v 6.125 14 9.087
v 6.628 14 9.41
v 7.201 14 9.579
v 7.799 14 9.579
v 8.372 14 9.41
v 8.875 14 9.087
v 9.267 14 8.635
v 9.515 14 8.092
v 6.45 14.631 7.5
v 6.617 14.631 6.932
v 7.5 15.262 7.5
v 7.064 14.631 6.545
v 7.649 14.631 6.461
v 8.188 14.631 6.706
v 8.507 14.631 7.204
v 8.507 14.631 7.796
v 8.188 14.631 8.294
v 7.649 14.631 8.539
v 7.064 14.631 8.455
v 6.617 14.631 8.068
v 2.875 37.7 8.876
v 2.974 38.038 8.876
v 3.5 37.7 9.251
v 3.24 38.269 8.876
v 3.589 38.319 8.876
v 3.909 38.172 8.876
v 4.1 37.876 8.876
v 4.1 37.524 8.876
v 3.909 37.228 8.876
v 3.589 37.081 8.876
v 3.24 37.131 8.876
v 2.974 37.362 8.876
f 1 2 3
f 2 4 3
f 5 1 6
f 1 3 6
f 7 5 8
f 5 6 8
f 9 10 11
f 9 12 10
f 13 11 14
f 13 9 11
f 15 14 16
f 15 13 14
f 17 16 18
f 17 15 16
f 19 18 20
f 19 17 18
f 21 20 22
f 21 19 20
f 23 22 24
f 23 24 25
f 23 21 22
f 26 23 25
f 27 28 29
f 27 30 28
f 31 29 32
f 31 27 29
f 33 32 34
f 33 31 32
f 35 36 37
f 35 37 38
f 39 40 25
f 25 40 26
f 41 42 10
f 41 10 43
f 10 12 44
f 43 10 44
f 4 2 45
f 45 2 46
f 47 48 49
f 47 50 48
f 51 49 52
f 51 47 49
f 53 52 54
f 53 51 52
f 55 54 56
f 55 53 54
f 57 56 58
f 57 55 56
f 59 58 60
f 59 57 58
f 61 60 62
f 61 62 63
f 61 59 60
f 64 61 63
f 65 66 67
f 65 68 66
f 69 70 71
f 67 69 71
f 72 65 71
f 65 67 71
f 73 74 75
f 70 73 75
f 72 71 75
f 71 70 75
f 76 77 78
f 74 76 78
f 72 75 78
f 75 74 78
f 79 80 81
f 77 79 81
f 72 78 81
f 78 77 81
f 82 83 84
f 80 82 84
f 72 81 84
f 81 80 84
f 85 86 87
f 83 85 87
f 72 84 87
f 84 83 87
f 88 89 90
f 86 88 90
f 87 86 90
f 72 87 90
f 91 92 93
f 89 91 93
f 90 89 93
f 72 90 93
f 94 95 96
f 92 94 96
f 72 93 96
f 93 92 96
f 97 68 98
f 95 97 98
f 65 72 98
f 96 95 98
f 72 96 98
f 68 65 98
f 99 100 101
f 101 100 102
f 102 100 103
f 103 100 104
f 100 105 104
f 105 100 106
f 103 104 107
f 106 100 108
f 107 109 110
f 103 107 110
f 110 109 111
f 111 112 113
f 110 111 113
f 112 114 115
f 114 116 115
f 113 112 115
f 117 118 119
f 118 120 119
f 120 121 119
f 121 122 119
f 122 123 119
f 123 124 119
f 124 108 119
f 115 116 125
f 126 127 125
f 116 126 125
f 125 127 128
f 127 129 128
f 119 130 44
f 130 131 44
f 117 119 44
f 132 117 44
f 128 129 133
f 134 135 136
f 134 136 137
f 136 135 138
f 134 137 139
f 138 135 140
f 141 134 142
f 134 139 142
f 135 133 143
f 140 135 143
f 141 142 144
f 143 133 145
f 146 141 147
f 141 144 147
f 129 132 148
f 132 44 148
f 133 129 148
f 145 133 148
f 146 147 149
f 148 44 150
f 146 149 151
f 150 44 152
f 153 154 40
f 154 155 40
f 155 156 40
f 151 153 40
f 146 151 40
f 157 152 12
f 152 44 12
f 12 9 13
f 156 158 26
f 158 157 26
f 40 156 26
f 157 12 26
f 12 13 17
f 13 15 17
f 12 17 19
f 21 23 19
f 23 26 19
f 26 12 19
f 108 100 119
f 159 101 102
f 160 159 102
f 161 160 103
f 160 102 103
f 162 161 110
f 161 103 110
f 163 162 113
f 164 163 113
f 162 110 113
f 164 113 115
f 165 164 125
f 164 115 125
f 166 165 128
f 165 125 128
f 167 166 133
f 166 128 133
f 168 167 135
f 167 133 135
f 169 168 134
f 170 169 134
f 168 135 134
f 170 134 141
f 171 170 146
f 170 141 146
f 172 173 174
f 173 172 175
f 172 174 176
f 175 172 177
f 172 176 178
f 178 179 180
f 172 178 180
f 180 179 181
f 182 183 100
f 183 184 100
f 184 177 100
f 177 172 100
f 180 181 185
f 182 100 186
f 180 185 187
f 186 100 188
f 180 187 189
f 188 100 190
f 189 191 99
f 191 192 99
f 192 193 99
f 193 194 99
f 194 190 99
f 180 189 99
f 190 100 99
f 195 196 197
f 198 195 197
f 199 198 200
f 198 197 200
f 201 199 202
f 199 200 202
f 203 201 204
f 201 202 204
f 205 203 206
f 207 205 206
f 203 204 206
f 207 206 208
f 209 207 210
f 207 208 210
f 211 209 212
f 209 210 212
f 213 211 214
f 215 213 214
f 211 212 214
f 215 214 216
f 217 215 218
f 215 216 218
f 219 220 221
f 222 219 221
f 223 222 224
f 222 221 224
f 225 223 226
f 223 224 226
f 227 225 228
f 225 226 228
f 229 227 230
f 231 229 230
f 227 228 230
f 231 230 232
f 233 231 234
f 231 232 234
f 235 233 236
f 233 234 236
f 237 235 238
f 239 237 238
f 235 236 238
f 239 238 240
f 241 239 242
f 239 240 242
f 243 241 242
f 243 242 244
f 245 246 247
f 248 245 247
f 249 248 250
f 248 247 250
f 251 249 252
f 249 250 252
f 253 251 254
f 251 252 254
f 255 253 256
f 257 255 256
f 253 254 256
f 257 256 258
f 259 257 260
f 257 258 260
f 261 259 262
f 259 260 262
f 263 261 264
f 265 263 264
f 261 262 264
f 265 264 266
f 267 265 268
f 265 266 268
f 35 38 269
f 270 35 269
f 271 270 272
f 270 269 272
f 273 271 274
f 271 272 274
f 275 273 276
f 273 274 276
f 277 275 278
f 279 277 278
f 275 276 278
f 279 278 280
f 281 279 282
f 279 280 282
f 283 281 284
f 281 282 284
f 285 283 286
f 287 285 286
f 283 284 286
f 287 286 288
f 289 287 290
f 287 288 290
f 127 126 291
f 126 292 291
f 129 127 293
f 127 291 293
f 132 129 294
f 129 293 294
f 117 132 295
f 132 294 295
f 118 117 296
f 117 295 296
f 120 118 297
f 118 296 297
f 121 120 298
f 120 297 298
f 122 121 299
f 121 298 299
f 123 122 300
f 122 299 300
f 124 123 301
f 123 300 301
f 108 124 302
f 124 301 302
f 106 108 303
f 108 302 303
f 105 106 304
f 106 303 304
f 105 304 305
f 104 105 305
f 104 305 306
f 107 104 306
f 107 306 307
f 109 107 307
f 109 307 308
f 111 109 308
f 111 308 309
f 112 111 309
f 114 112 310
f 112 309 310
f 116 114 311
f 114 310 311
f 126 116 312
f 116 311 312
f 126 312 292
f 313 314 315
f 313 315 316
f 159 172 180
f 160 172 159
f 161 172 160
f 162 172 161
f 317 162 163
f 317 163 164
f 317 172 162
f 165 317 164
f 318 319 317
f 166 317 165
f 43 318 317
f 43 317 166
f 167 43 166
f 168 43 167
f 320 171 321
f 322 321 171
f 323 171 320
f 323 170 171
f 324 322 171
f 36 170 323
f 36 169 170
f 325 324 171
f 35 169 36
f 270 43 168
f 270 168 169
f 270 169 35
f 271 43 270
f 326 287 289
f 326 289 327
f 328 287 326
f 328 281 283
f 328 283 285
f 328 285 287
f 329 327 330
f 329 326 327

-----

EXERCISE REQUIREMENTS »
Working from the material above, restate word for word the lines between the line with "f 127 126 291" and the line with "f 271 43 270", both included, and only those.

YOUR SOLUTION »
f 127 126 291
f 126 292 291
f 129 127 293
f 127 291 293
f 132 129 294
f 129 293 294
f 117 132 295
f 132 294 295
f 118 117 296
f 117 295 296
f 120 118 297
f 118 296 297
f 121 120 298
f 120 297 298
f 122 121 299
f 121 298 299
f 123 122 300
f 122 299 300
f 124 123 301
f 123 300 301
f 108 124 302
f 124 301 302
f 106 108 303
f 108 302 303
f 105 106 304
f 106 303 304
f 105 304 305
f 104 105 305
f 104 305 306
f 107 104 306
f 107 306 307
f 109 107 307
f 109 307 308
f 111 109 308
f 111 308 309
f 112 111 309
f 114 112 310
f 112 309 310
f 116 114 311
f 114 310 311
f 126 116 312
f 116 311 312
f 126 312 292
f 313 314 315
f 313 315 316
f 159 172 180
f 160 172 159
f 161 172 160
f 162 172 161
f 317 162 163
f 317 163 164
f 317 172 162
f 165 317 164
f 318 319 317
f 166 317 165
f 43 318 317
f 43 317 166
f 167 43 166
f 168 43 167
f 320 171 321
f 322 321 171
f 323 171 320
f 323 170 171
f 324 322 171
f 36 170 323
f 36 169 170
f 325 324 171
f 35 169 36
f 270 43 168
f 270 168 169
f 270 169 35
f 271 43 270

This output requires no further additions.